Happy at home

Happy at home

It’s now six months since Cathal Duncan took on the role of head chef at Hadski’s in Belfast, bringing with him experience at some of Belfast and London’s best eateries.

Originally from Dublin, 31-year-old Cathal Duncan reached the high-point in his kitchen career six months ago when he took the job as head chef at Niall McKenna’s award-winning Belfast restaurant, Hadski’s.

It’s an ideal post for Cathal, who has lived in Belfast for most of his life, but that’s not to say that his work in the trade hasn’t taken him much further afield in the past.

He began his catering career at the King’s Head in Belfast when he was 20, working as a commis chef and studying at Belfast Met for a level two NVQ. Six months later, he had re-located to the prestigious Merchant Hotel in Belfast where he spent two-and-a-half years, eventually progressing to the level of chef de partie.

“The Merchant was brilliant,” he recalls. “With it being a hotel, I learned a range of different skills. We did banqueting and we also had the fine dining restaurant, so there was a broad range of things to learn.”

Eventually, Cathal was lured away to London where he took up a post as chef de partie at the former Rousillon restaurant in Pimlico – his first experience of cooking in a Michelin-starred eatery. That venue closed its doors about six months later and Cathal moved on to the Sir Terence Conran-designed Boundary restaurant in Shoreditch.

But by the time he was 26, Cathal had yielded to the lure of home and returned to a job at newly-opened Ox in Belfast:

“I’d been in London for nearly four years by that stage and I fancied a change,” says Cathal. “I had considered France, but then I got offered a job at Ox and I came back for that.”

Cathal stayed at the top city eatery as sous chef for about a year:

“It was brilliant,” he says. “It was just around the time that Ox had opened and it was a great experience. It was a really great atmosphere and very interesting to be able to work with Stephen [Toman]. It was a different style of food to what I’d been used to but it was very interesting.”

It was Niall McKenna and James Street South which eventually took Cathal away from Ox. He took a position with the acclaimed city centre venue after about a year at OX and spent the next 18 months there before the head chef’s position came up at sister restaurant, Hadski’s in Donegall Street, six months ago.

“The idea in my head for Hadski’s is to create a kind of neighbourhood restaurant,” Cathal told LCN. “We have a broad ranging menu in here, you can have a burger, we have a couple of steaks, but we also have more restaurant-type dishes as well. We cater for what we think our customers want. If it’s just a burger and pint, that’s fine, but you can also opt for three courses with wine.

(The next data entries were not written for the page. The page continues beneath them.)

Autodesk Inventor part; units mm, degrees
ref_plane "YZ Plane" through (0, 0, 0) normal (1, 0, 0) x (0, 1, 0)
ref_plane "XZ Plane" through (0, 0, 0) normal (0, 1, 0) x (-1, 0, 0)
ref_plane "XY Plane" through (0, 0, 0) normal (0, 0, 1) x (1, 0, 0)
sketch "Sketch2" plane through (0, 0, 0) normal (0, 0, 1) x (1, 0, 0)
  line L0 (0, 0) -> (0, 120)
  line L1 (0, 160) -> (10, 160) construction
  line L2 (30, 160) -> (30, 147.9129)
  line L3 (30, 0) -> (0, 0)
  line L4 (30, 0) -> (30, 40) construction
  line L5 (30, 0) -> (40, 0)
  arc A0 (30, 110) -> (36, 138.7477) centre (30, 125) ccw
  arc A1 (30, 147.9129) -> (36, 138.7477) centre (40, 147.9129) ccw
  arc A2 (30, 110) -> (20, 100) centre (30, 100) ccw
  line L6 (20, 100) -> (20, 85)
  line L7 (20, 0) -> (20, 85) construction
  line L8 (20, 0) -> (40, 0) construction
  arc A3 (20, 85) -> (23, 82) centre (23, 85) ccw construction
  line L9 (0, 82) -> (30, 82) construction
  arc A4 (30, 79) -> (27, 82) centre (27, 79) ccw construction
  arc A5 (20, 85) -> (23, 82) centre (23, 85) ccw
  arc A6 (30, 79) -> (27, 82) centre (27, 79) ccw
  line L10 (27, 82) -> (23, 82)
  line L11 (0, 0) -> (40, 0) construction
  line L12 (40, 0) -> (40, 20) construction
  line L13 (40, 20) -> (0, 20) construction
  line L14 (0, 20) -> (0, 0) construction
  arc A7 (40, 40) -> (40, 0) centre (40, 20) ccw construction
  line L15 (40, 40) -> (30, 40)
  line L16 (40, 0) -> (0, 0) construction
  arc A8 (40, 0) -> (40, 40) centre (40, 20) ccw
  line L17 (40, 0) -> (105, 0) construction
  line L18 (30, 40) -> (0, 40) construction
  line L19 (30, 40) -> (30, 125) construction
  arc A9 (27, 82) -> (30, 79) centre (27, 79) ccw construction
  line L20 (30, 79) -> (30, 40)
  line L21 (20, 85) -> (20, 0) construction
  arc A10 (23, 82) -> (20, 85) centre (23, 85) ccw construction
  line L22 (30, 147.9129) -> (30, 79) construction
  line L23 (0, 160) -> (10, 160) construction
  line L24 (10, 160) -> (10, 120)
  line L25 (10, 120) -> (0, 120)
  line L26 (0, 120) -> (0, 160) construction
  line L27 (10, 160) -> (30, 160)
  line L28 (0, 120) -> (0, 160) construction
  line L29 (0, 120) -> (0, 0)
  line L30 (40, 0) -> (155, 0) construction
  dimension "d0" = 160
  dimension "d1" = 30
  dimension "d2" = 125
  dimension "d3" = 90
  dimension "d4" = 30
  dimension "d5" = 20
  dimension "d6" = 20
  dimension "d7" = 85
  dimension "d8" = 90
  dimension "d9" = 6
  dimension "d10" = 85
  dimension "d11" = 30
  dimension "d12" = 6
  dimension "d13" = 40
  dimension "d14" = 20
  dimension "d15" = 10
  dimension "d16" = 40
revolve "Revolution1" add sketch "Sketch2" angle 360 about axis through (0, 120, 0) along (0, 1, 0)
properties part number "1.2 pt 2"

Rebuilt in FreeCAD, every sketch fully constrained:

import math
import FreeCAD as App
import Part
import Sketcher

V = App.Vector

doc = App.newDocument("Part")
body = doc.addObject("PartDesign::Body", "Body")

sketch1 = doc.addObject("Sketcher::SketchObject", "Sketch")
body.addObject(sketch1)
sketch1.AttachmentSupport = (doc.XY_Plane, [""])
sketch1.MapMode = "FlatFace"
sketch1.addGeometry(Part.LineSegment(V(0, 120, 0), V(0, 0, 0)), False)
sketch1.addGeometry(Part.LineSegment(V(0, 0, 0), V(40, 0, 0)), False)
sketch1.addGeometry(Part.ArcOfCircle(Part.Circle(V(40, 20, 0), V(0, 0, 1), 20), math.radians(-90), math.radians(90)), False)
sketch1.addGeometry(Part.LineSegment(V(40, 40, 0), V(30, 40, 0)), False)
sketch1.addGeometry(Part.LineSegment(V(30, 40, 0), V(30, 79, 0)), False)
sketch1.addGeometry(Part.ArcOfCircle(Part.Circle(V(27, 79, 0), V(0, 0, 1), 3), math.radians(0), math.radians(90)), False)
sketch1.addGeometry(Part.LineSegment(V(27, 82, 0), V(23, 82, 0)), False)
sketch1.addGeometry(Part.ArcOfCircle(Part.Circle(V(23, 85, 0), V(0, 0, 1), 3), math.radians(180), math.radians(270)), False)
sketch1.addGeometry(Part.LineSegment(V(20, 85, 0), V(20, 100, 0)), False)
sketch1.addGeometry(Part.ArcOfCircle(Part.Circle(V(30, 100, 0), V(0, 0, 1), 10), math.radians(90), math.radians(180)), False)
sketch1.addGeometry(Part.ArcOfCircle(Part.Circle(V(30, 125, 0), V(0, 0, 1), 15), math.radians(-90), math.radians(66.42178)), False)
sketch1.addGeometry(Part.ArcOfCircle(Part.Circle(V(40, 147.9129, 0), V(0, 0, 1), 10), math.radians(180), math.radians(246.421933)), False)
sketch1.addGeometry(Part.LineSegment(V(30, 147.9129, 0), V(30, 160, 0)), False)
sketch1.addGeometry(Part.LineSegment(V(30, 160, 0), V(10, 160, 0)), False)
sketch1.addGeometry(Part.LineSegment(V(10, 160, 0), V(10, 120, 0)), False)
sketch1.addGeometry(Part.LineSegment(V(10, 120, 0), V(0, 120, 0)), False)
sketch1.addConstraint(Sketcher.Constraint("Coincident", 0, 2, 1, 1))
sketch1.addConstraint(Sketcher.Constraint("Tangent", 1, 2, 2, 1))
sketch1.addConstraint(Sketcher.Constraint("Tangent", 2, 2, 3, 1))
sketch1.addConstraint(Sketcher.Constraint("Coincident", 3, 2, 4, 1))
sketch1.addConstraint(Sketcher.Constraint("Tangent", 4, 2, 5, 1))
sketch1.addConstraint(Sketcher.Constraint("Tangent", 5, 2, 6, 1))
sketch1.addConstraint(Sketcher.Constraint("Tangent", 6, 2, 7, 2))
sketch1.addConstraint(Sketcher.Constraint("Tangent", 7, 1, 8, 1))
sketch1.addConstraint(Sketcher.Constraint("Tangent", 8, 2, 9, 2))
sketch1.addConstraint(Sketcher.Constraint("Tangent", 9, 1, 10, 1))
sketch1.addConstraint(Sketcher.Constraint("Tangent", 10, 2, 11, 2))
sketch1.addConstraint(Sketcher.Constraint("Tangent", 11, 1, 12, 1))
sketch1.addConstraint(Sketcher.Constraint("Coincident", 12, 2, 13, 1))
sketch1.addConstraint(Sketcher.Constraint("Coincident", 13, 2, 14, 1))
sketch1.addConstraint(Sketcher.Constraint("Coincident", 14, 2, 15, 1))
sketch1.addConstraint(Sketcher.Constraint("Coincident", 15, 2, 0, 1))
sketch1.addConstraint(Sketcher.Constraint("Vertical", 0))
sketch1.addConstraint(Sketcher.Constraint("Horizontal", 1))
sketch1.addConstraint(Sketcher.Constraint("Horizontal", 3))
sketch1.addConstraint(Sketcher.Constraint("Vertical", 4))
sketch1.addConstraint(Sketcher.Constraint("Horizontal", 6))
sketch1.addConstraint(Sketcher.Constraint("Vertical", 8))
sketch1.addConstraint(Sketcher.Constraint("Vertical", 12))
sketch1.addConstraint(Sketcher.Constraint("Horizontal", 13))
sketch1.addConstraint(Sketcher.Constraint("Vertical", 14))
sketch1.addConstraint(Sketcher.Constraint("Horizontal", 15))
sketch1.addConstraint(Sketcher.Constraint("Coincident", 0, 2, -1, 1))
sketch1.addConstraint(Sketcher.Constraint("Equal", 5, 7))
sketch1.addConstraint(Sketcher.Constraint("Equal", 9, 11))
sketch1.addConstraint(Sketcher.Constraint("Vertical", 9, 3, 10, 3))
sketch1.addConstraint(Sketcher.Constraint("Vertical", 2, 3, 11, 3))
sketch1.addConstraint(Sketcher.Constraint("Vertical", 10, 3, 3, 2))
sketch1.addConstraint(Sketcher.Constraint("Vertical", 9, 1, 11, 1))
sketch1.addConstraint(Sketcher.Constraint("Equal", 3, 15))
sketch1.addConstraint(Sketcher.Constraint("Equal", 1, 14))
sketch1.addConstraint(Sketcher.Constraint("Radius", 2, 20.0))
sketch1.addConstraint(Sketcher.Constraint("Radius", 5, 3.0))
sketch1.addConstraint(Sketcher.Constraint("Radius", 9, 10.0))
sketch1.addConstraint(Sketcher.Constraint("Radius", 10, 15.0))
sketch1.addConstraint(Sketcher.Constraint("DistanceX", 1, 1, 1, 2, 40.0))
sketch1.addConstraint(Sketcher.Constraint("DistanceY", -1, 1, 7, 3, 85.0))
sketch1.addConstraint(Sketcher.Constraint("DistanceY", -1, 1, 10, 3, 125.0))
sketch1.addConstraint(Sketcher.Constraint("DistanceY", -1, 1, 12, 2, 160.0))
revolution = doc.addObject("PartDesign::Revolution", "Revolution")
body.addObject(revolution)
revolution.Profile = sketch1
revolution.ReferenceAxis = (sketch1, ["V_Axis"])
revolution.Angle = 360

doc.recompute()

“The main thing that I have noticed since I came back to Northern Ireland is the quality of the ingredients and the produce that we have. We try to use as much local produce as we can but still bring in influences from around the Continent, stuff I’ve picked up on my travels. It’s one of the ways that we try to set ourselves apart.”

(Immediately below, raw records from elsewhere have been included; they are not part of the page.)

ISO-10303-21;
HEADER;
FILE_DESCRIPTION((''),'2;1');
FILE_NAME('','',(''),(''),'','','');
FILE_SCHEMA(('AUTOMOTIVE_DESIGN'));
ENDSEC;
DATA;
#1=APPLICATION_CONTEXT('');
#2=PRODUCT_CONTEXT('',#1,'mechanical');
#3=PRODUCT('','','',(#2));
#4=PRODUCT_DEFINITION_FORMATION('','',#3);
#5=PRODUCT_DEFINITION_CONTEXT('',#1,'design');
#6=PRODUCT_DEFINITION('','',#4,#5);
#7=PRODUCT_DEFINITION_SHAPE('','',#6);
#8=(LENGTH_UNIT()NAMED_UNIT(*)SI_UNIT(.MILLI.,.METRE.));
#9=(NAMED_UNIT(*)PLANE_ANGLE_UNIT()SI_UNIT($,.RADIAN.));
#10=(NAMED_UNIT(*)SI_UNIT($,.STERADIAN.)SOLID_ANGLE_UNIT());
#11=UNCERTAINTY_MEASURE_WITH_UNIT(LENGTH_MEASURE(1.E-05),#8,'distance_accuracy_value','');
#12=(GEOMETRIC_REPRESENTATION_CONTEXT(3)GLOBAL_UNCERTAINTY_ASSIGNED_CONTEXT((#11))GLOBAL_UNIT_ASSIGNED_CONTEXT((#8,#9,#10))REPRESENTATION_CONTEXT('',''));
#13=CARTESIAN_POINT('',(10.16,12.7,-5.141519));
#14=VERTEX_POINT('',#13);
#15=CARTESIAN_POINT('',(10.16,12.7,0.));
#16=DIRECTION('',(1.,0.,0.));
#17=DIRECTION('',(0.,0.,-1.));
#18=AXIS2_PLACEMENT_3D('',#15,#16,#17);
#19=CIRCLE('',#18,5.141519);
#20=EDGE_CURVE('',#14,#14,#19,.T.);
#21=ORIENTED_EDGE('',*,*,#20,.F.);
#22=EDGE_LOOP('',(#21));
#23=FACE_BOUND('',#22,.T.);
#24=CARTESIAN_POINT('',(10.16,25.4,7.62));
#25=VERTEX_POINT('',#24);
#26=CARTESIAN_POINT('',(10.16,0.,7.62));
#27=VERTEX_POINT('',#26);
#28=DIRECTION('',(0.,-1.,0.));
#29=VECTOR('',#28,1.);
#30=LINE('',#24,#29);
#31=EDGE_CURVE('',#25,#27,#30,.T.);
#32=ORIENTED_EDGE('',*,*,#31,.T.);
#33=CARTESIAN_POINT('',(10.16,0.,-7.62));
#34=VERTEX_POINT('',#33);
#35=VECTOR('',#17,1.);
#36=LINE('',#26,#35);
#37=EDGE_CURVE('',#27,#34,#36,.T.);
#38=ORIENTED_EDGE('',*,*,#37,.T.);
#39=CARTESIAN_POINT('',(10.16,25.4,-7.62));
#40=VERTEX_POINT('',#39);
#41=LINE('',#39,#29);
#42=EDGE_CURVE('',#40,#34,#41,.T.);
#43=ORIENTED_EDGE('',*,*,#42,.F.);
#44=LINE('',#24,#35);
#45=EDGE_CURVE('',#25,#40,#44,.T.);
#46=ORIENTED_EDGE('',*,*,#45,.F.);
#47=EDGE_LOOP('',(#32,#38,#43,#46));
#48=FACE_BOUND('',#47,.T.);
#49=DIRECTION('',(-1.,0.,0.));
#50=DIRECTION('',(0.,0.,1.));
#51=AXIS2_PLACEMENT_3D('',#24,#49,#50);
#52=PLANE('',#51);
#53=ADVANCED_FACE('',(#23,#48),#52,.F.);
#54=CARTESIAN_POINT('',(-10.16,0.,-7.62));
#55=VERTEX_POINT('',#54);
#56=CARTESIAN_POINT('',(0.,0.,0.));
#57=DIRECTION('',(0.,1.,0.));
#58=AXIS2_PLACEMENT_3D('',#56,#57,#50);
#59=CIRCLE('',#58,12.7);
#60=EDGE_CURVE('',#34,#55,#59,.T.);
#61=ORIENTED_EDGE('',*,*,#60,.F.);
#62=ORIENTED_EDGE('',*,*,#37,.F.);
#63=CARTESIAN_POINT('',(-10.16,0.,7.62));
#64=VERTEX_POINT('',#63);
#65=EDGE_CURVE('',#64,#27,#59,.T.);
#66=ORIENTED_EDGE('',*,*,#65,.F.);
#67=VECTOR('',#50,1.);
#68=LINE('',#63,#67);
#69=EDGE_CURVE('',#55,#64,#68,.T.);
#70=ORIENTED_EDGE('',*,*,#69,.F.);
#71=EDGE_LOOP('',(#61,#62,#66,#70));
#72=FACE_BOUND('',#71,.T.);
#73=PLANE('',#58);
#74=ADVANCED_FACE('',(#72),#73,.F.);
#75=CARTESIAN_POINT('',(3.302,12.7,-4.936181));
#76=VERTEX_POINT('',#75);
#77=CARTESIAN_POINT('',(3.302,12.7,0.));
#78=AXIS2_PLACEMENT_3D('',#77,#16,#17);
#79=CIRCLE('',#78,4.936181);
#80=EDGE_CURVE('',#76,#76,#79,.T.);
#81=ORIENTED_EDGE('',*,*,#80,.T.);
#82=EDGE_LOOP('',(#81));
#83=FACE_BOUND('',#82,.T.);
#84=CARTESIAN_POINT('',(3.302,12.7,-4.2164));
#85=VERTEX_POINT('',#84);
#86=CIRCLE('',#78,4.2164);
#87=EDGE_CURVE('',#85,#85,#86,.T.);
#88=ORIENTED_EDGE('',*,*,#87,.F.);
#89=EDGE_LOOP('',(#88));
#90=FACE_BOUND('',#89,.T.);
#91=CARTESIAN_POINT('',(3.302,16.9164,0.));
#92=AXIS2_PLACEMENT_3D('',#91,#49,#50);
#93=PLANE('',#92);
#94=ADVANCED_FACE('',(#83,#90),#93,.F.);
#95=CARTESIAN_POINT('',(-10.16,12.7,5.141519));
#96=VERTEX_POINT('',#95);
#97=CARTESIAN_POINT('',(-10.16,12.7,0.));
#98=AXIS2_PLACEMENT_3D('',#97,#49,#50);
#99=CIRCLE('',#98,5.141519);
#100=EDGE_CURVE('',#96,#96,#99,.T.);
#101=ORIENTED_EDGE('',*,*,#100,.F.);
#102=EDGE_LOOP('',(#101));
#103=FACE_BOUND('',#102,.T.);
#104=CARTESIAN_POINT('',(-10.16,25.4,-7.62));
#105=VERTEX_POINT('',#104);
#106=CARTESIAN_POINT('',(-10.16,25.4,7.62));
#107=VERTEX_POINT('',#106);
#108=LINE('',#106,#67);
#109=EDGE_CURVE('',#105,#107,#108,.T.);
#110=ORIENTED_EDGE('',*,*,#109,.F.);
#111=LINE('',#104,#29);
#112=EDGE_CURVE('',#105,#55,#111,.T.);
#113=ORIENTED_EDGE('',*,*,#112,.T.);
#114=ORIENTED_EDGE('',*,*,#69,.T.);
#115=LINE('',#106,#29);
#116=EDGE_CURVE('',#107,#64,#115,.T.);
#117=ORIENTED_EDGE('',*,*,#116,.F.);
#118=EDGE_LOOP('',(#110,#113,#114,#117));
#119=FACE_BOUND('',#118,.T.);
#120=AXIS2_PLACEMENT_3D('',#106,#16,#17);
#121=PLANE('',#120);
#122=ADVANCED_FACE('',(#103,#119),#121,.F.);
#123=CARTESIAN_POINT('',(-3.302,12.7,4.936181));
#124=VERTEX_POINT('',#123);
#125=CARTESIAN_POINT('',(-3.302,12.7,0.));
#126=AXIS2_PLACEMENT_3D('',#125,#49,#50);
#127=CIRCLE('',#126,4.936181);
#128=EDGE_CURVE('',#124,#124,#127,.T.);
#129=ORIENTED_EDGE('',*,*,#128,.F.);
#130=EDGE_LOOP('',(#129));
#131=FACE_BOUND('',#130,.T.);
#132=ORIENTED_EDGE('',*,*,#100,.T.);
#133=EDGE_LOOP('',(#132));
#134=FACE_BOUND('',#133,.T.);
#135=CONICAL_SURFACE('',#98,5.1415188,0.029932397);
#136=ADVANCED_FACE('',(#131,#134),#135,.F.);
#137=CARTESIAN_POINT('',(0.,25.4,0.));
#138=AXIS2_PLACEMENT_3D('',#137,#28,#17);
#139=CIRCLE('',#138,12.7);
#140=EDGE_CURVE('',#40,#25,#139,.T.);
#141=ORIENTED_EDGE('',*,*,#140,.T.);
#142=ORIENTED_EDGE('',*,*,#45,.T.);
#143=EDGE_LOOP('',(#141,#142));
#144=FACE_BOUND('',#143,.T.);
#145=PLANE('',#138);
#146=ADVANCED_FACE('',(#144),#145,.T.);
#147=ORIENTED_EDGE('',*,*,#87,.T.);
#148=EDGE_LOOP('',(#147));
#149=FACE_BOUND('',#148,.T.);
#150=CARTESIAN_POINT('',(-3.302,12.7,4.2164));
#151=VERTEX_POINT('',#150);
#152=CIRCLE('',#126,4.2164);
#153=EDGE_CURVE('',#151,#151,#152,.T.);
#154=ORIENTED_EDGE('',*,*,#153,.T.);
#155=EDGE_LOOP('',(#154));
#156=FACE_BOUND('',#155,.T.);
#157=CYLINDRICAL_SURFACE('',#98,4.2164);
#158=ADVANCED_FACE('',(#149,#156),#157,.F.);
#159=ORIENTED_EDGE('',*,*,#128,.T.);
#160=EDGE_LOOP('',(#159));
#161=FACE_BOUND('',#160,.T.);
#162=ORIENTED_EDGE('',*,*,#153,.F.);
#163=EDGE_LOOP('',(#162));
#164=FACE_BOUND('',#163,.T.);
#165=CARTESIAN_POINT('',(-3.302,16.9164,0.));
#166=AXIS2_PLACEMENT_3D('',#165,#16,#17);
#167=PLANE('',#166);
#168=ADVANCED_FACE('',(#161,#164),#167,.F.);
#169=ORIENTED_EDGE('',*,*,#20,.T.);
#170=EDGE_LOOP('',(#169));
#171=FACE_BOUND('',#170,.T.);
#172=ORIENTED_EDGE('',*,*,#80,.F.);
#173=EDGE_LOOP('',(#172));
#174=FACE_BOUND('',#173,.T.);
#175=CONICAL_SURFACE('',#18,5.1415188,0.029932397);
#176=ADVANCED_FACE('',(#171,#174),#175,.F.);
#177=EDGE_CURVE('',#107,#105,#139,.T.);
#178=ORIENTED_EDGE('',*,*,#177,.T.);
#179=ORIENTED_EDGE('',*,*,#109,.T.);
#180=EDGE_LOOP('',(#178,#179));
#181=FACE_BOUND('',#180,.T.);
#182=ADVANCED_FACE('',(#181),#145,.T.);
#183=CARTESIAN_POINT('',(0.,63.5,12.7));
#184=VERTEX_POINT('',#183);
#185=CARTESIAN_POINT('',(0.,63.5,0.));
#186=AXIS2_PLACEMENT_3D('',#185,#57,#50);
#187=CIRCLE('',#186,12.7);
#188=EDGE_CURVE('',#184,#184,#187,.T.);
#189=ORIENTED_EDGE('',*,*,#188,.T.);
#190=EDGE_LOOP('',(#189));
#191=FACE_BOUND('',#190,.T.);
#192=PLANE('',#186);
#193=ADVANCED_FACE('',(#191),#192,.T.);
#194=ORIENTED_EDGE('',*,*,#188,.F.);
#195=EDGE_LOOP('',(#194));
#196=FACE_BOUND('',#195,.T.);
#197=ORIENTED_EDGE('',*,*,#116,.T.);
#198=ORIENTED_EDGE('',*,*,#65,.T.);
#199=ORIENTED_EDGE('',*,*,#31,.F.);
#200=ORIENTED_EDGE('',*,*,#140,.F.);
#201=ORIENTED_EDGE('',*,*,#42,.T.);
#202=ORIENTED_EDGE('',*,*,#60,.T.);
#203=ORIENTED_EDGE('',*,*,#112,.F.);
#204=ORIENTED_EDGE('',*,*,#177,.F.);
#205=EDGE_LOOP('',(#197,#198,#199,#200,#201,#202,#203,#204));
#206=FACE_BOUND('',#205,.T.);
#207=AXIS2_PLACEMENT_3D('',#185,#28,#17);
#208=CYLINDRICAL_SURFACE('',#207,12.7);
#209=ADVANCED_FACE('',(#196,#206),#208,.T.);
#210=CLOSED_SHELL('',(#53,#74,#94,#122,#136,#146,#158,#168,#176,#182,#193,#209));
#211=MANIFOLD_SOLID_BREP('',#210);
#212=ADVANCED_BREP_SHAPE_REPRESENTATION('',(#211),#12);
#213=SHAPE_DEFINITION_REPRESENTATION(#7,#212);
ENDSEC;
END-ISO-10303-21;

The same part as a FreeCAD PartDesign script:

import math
import FreeCAD as App
import Part
import Sketcher
Q = App.Units.Quantity

doc = App.newDocument("Part")
body = doc.addObject("PartDesign::Body", "Body")

sketch1 = doc.addObject("Sketcher::SketchObject", "Sketch")
body.addObject(sketch1)
sketch1.AttachmentSupport = (doc.XZ_Plane, [""])
sketch1.MapMode = "FlatFace"
sketch1.addGeometry(Part.Circle(App.Vector(0, 0, 0), App.Vector(0, 0, 1), 13), False)
sketch1.addConstraint([
    Sketcher.Constraint("Coincident", 0, 3, -1, 1),
    Sketcher.Constraint("Diameter", 0, Q("1 in")),
])
pad1 = doc.addObject("PartDesign::Pad", "Pad")
body.addObject(pad1)
pad1.Profile = sketch1
pad1.Length = Q("2.5 in")
pad1.Reversed = True

sketch2 = doc.addObject("Sketcher::SketchObject", "Sketch001")
body.addObject(sketch2)
sketch2.AttachmentSupport = (doc.XZ_Plane, [""])
sketch2.MapMode = "FlatFace"
sketch2.addGeometry([
    Part.LineSegment(App.Vector(-10, -8, 0), App.Vector(-10, 8, 0)),
    Part.ArcOfCircle(Part.Circle(App.Vector(0, 0, 0), App.Vector(0, 0, 1), 13), math.radians(143), math.radians(217)),
    Part.LineSegment(App.Vector(10, 8, 0), App.Vector(10, -8, 0)),
    Part.ArcOfCircle(Part.Circle(App.Vector(0, 0, 0), App.Vector(0, 0, 1), 13), math.radians(-37), math.radians(37)),
], False)
sketch2.addConstraint([
    Sketcher.Constraint("Coincident", 0, 1, 1, 2),
    Sketcher.Constraint("Coincident", 1, 1, 0, 2),
    Sketcher.Constraint("Coincident", 2, 1, 3, 2),
    Sketcher.Constraint("Coincident", 3, 1, 2, 2),
    Sketcher.Constraint("Vertical", 0),
    Sketcher.Constraint("Vertical", 2),
    Sketcher.Constraint("Coincident", 1, 3, -1, 1),
    Sketcher.Constraint("Coincident", 3, 3, -1, 1),
    Sketcher.Constraint("Equal", 1, 3),
    Sketcher.Constraint("Horizontal", 1, 1, 2, 1),
    Sketcher.Constraint("Radius", 1, Q("0.5 in")),
    Sketcher.Constraint("DistanceY", 0, 1, 0, 2, Q("0.6 in")),
])
pocket1 = doc.addObject("PartDesign::Pocket", "Pocket")
body.addObject(pocket1)
pocket1.Profile = sketch2
pocket1.Length = Q("1 in")

sketch3 = doc.addObject("Sketcher::SketchObject", "Sketch002")
body.addObject(sketch3)
sketch3.AttachmentSupport = (doc.XZ_Plane, [""])
sketch3.MapMode = "FlatFace"
sketch3.AttachmentOffset = App.Placement(App.Vector(0, 0, -0.5 * 25.4), App.Rotation())
sketch3.addGeometry([
    Part.LineSegment(App.Vector(4.1, 0, 0), App.Vector(-10.2, 0, 0)),
    Part.LineSegment(App.Vector(-10.2, 0, 0), App.Vector(-10.2, 5.1, 0)),
    Part.LineSegment(App.Vector(-10.2, 5.1, 0), App.Vector(-3.3, 4.9, 0)),
    Part.LineSegment(App.Vector(-3.3, 4.9, 0), App.Vector(-3.3, 4.2, 0)),
    Part.LineSegment(App.Vector(-3.3, 4.2, 0), App.Vector(1.5, 4.2, 0)),
    Part.LineSegment(App.Vector(1.5, 4.2, 0), App.Vector(4.1, 0, 0)),
], False)
sketch3.addConstraint([
    Sketcher.Constraint("Coincident", 0, 2, 1, 1),
    Sketcher.Constraint("Coincident", 1, 2, 2, 1),
    Sketcher.Constraint("Coincident", 2, 2, 3, 1),
    Sketcher.Constraint("Coincident", 3, 2, 4, 1),
    Sketcher.Constraint("Coincident", 4, 2, 5, 1),
    Sketcher.Constraint("Coincident", 5, 2, 0, 1),
    Sketcher.Constraint("Horizontal", 0),
    Sketcher.Constraint("Vertical", 1),
    Sketcher.Constraint("Vertical", 3),
    Sketcher.Constraint("Horizontal", 4),
    Sketcher.Constraint("PointOnObject", 0, 2, -1),
    Sketcher.Constraint("Angle", 5, Q("-59 deg")),
    Sketcher.Constraint("DistanceX", 4, 1, 4, 2, Q("0.19 in")),
    Sketcher.Constraint("DistanceX", 0, 2, -1, 1, Q("0.4 in")),
    Sketcher.Constraint("DistanceX", 2, 2, -1, 1, Q("0.13 in")),
    Sketcher.Constraint("DistanceY", -1, 1, 3, 2, Q("0.166 in")),
    Sketcher.Constraint("DistanceY", 1, 1, 1, 2, Q("5.141519 mm")),
    Sketcher.Constraint("DistanceY", 3, 2, 3, 1, Q("0.719781 mm")),
])
groove = doc.addObject("PartDesign::Groove", "Groove")
body.addObject(groove)
groove.Profile = sketch3
groove.ReferenceAxis = (sketch3, ["H_Axis"])
groove.Angle = 360
doc.recompute()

When it comes to picking out the hardest element of his job at Hadski’s, Cathal says that for many head chefs, organising and managing the team can be the biggest challenge:

“It’s really a deadline-driven atmosphere and getting lots of other people to work together as a team can be a bit of a task,” he admits.

And while Cathal also believes that the quality of restaurants in Northern Ireland is getting better every year – a trend he ascribes to “certain people taking risks and going out on their own” – he also feels that the “general standard among young chefs is slipping a little”. That’s part of the motivation behind James Street South’s acclaimed apprenticeship programme.

“There is a shortage of well-trained and skilled chefs, but to be perfectly honest about it, a lot of young guys are coming in with an expectation that is well on from where their skill levels would be,” he adds. “I’ve built a strong team here at Hadski’s, five or six young guys who are really into what we’re doing here and one of my main concerns now is making sure that we hang on to them.”

Cathal says that while he is very happy in his current post, he doesn’t see Hadski’s as his last head chef’s position:

“I would like to take a restaurant on from opening and build it up, put my own mark on it,” he says. “Hadski’s was already very successful when I started here. It would be nice to be given a blank canvas to put my own signature on.

“But Niall is great to work for and I don’t think that the restaurant scene here would be where it is now without him. He is definitely a role model for a lot of other chefs out there.”